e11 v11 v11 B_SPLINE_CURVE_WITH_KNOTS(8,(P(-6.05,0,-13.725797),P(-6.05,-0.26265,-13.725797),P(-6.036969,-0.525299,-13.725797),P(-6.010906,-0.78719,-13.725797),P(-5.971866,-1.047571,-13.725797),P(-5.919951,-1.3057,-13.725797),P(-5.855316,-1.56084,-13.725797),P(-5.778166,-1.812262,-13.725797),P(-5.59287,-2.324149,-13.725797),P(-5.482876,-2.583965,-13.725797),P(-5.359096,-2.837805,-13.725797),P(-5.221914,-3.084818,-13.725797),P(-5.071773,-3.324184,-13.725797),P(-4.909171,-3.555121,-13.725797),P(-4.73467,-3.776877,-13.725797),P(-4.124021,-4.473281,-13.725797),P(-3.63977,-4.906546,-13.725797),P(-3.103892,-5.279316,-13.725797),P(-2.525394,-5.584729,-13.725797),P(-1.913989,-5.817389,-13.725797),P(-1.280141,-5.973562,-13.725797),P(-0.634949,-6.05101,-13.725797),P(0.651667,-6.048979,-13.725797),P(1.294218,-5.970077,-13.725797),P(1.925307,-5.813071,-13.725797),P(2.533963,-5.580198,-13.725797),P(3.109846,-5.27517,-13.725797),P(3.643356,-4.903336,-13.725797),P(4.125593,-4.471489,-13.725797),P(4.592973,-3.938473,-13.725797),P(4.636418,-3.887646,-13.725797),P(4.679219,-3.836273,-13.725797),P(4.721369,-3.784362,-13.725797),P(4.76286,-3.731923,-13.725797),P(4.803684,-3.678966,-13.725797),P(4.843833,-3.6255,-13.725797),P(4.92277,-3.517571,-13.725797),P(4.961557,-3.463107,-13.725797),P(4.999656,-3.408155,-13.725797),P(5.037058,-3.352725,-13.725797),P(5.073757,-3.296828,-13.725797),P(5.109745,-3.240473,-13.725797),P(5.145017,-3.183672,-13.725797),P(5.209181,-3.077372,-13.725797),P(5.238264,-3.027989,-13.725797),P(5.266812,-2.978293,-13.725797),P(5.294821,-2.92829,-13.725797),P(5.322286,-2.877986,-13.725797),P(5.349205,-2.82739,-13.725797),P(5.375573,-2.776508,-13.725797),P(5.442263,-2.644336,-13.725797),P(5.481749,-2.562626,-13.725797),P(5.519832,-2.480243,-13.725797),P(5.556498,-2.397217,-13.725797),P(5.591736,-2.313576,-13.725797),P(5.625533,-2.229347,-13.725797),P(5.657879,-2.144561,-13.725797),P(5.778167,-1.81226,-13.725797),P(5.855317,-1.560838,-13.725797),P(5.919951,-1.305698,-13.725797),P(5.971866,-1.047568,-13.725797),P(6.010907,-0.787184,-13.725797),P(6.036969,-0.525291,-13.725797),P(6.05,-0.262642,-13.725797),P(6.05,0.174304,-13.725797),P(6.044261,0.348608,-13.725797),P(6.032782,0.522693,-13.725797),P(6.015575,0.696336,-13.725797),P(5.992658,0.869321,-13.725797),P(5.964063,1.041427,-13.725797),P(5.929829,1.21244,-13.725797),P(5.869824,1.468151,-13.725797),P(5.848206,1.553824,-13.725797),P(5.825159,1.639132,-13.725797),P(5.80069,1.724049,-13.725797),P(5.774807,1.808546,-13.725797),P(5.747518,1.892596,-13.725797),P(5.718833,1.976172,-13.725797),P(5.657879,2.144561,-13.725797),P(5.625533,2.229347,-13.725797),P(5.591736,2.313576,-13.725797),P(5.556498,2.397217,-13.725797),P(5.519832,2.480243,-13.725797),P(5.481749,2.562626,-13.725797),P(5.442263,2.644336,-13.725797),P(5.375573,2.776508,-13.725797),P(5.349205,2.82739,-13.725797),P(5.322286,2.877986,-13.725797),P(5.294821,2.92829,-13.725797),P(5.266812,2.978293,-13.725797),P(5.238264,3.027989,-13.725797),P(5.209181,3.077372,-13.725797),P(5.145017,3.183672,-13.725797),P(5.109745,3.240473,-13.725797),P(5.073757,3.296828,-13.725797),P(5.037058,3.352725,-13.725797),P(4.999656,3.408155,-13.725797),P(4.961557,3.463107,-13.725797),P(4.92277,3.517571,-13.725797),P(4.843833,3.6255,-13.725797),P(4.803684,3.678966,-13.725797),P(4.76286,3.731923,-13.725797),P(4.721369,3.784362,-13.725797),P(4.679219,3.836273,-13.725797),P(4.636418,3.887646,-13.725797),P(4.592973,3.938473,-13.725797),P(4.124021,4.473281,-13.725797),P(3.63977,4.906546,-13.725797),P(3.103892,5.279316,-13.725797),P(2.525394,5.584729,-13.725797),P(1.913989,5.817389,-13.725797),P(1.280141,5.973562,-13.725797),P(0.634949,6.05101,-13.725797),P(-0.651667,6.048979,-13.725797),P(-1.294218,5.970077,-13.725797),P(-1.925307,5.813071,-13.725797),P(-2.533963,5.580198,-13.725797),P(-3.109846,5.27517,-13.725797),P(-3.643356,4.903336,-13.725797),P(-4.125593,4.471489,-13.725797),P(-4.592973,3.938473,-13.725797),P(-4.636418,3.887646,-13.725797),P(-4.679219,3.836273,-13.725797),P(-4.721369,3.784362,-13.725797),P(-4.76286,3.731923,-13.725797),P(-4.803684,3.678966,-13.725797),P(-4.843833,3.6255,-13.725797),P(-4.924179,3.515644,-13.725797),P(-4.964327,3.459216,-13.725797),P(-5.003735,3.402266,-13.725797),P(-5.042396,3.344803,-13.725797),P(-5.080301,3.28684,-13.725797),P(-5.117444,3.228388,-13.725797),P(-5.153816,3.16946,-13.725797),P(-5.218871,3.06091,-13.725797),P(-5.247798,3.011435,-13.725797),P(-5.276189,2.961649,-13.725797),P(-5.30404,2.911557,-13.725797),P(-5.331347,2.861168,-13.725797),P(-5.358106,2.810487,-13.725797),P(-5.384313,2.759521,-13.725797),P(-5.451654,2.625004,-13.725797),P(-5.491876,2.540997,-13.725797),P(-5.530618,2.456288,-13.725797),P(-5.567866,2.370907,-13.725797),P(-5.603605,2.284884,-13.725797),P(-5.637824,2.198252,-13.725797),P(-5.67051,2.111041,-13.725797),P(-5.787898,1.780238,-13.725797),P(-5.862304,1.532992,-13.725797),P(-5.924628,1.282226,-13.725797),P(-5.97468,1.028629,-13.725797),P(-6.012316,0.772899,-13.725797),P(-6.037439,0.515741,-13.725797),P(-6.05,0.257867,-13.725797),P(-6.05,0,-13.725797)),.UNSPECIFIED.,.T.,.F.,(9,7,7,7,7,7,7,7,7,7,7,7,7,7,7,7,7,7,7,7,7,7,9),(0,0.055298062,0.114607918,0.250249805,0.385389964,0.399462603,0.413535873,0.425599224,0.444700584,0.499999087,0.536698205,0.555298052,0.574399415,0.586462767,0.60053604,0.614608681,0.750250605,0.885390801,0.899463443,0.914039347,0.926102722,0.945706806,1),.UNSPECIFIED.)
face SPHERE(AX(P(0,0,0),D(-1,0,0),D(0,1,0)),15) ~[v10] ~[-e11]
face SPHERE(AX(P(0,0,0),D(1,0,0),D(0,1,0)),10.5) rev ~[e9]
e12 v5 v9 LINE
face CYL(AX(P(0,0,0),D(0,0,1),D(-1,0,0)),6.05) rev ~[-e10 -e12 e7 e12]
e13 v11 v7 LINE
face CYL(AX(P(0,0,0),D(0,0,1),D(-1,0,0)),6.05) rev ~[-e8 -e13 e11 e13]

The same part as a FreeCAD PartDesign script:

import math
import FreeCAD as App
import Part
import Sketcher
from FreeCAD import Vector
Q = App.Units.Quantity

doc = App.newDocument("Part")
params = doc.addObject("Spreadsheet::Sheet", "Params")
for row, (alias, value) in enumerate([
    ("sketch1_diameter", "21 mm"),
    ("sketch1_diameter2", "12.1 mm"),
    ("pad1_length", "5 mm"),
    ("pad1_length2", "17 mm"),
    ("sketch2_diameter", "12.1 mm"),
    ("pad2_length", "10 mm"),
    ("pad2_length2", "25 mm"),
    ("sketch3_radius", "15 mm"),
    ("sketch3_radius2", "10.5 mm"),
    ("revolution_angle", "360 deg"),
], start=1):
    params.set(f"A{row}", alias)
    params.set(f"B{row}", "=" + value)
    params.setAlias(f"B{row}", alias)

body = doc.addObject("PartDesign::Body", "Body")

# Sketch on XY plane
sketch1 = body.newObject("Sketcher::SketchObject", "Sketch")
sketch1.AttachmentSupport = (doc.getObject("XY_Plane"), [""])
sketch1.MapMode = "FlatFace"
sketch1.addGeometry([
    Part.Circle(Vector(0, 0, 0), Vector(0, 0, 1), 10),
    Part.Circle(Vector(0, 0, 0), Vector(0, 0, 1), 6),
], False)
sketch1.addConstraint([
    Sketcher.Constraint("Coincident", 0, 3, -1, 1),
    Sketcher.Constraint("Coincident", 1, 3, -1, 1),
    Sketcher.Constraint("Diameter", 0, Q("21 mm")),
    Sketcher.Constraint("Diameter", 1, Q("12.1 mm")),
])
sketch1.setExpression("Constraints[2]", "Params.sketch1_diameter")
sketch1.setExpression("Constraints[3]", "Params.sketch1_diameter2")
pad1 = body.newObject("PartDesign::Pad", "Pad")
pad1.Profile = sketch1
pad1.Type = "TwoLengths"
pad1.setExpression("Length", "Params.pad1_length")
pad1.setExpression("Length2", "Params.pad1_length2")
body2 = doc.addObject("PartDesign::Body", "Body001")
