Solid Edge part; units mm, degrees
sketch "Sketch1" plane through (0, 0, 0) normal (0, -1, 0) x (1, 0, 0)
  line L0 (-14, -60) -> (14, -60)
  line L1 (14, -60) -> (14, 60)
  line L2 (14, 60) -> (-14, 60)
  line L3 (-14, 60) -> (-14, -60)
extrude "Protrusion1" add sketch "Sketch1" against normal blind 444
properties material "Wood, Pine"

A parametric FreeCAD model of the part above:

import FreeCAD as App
import Part
import Sketcher

V = App.Vector


def add_polygon(sketch, points):
    """Adds a closed chain of lines whose ends are joined by coincident constraints."""
    first, n = sketch.GeometryCount, len(points)
    for a, b in zip(points, points[1:] + points[:1]):
        sketch.addGeometry(Part.LineSegment(App.Vector(*a, 0), App.Vector(*b, 0)), False)
    for i in range(n):
        sketch.addConstraint(Sketcher.Constraint("Coincident", first + i, 2, first + (i + 1) % n, 1))

doc = App.newDocument("Part")
body = doc.addObject("PartDesign::Body", "Body")

# Sketch on XZ plane
sketch1 = body.newObject("Sketcher::SketchObject", "Sketch")
sketch1.AttachmentSupport = (doc.getObject("XZ_Plane"), [""])
sketch1.MapMode = "FlatFace"
add_polygon(sketch1, [(-14, 60), (-14, -60), (14, -60), (14, 60)])  # lines 0-3
sketch1.addConstraint([
    Sketcher.Constraint("Vertical", 0),
    Sketcher.Constraint("Horizontal", 1),
    Sketcher.Constraint("Vertical", 2),
    Sketcher.Constraint("Horizontal", 3),
    Sketcher.Constraint("Symmetric", 0, 2, 2, 2, -1, 1),
    Sketcher.Constraint("DistanceX", 1, 1, 1, 2, 28.0),
    Sketcher.Constraint("DistanceY", 0, 2, 0, 1, 120.0),
])
pad1 = body.newObject("PartDesign::Pad", "Pad")
pad1.Profile = sketch1
pad1.Length = 444
pad1.Reversed = True

doc.recompute()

▶ YOUR TASK
Look through the entries above and quote exactly the lines from the line with "face CYL(AX(P(0,0,0),D(0,0,1),D(-1,0,0)),6.05) rev ~[-e8" to the line with "# Sketch on XY plane", counting both of those lines.

▶ YOUR RESPONSE
face CYL(AX(P(0,0,0),D(0,0,1),D(-1,0,0)),6.05) rev ~[-e8 -e13 e11 e13]

The same part as a FreeCAD PartDesign script:

import math
import FreeCAD as App
import Part
import Sketcher
from FreeCAD import Vector
Q = App.Units.Quantity

doc = App.newDocument("Part")
params = doc.addObject("Spreadsheet::Sheet", "Params")
for row, (alias, value) in enumerate([
    ("sketch1_diameter", "21 mm"),
    ("sketch1_diameter2", "12.1 mm"),
    ("pad1_length", "5 mm"),
    ("pad1_length2", "17 mm"),
    ("sketch2_diameter", "12.1 mm"),
    ("pad2_length", "10 mm"),
    ("pad2_length2", "25 mm"),
    ("sketch3_radius", "15 mm"),
    ("sketch3_radius2", "10.5 mm"),
    ("revolution_angle", "360 deg"),
], start=1):
    params.set(f"A{row}", alias)
    params.set(f"B{row}", "=" + value)
    params.setAlias(f"B{row}", alias)

body = doc.addObject("PartDesign::Body", "Body")

# Sketch on XY plane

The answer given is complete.